┌──

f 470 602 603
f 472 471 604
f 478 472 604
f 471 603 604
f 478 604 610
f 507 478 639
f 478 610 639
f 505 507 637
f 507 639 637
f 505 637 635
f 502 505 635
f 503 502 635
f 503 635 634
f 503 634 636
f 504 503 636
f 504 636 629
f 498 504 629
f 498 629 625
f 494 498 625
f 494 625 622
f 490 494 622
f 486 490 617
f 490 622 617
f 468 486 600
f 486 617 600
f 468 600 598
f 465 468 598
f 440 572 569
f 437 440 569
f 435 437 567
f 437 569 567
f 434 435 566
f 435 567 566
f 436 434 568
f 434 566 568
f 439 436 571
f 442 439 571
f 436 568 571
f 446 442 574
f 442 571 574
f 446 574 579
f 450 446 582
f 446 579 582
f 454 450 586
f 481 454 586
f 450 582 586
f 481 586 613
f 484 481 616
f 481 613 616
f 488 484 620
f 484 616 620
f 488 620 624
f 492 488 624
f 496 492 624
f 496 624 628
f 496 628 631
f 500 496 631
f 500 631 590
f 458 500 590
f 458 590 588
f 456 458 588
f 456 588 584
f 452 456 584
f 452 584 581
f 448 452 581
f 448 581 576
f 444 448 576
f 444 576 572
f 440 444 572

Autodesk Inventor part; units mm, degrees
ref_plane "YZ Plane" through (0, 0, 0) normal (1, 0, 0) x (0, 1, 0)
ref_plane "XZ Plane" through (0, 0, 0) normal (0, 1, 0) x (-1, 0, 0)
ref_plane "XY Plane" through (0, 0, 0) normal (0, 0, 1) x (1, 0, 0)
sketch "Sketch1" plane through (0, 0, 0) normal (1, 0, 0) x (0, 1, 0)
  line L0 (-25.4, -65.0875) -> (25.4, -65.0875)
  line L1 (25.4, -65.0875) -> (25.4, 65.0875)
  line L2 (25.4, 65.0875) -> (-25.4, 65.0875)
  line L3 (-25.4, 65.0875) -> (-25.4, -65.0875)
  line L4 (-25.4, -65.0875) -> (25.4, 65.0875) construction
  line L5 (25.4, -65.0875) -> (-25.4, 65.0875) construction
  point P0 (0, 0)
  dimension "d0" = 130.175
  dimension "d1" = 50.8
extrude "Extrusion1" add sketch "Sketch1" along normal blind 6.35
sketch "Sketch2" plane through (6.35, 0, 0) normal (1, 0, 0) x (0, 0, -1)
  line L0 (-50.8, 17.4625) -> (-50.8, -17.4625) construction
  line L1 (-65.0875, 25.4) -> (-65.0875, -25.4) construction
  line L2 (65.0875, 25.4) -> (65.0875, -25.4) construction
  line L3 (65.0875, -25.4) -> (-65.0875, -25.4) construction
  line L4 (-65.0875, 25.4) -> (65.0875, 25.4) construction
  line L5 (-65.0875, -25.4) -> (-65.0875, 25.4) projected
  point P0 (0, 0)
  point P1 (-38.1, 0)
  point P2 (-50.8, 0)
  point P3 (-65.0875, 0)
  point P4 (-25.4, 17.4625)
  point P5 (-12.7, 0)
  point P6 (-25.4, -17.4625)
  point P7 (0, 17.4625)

└──

- [Your objective]:
Tally every line of the data that holds the word "sketch" and write the count alone.

- [Answer]:
3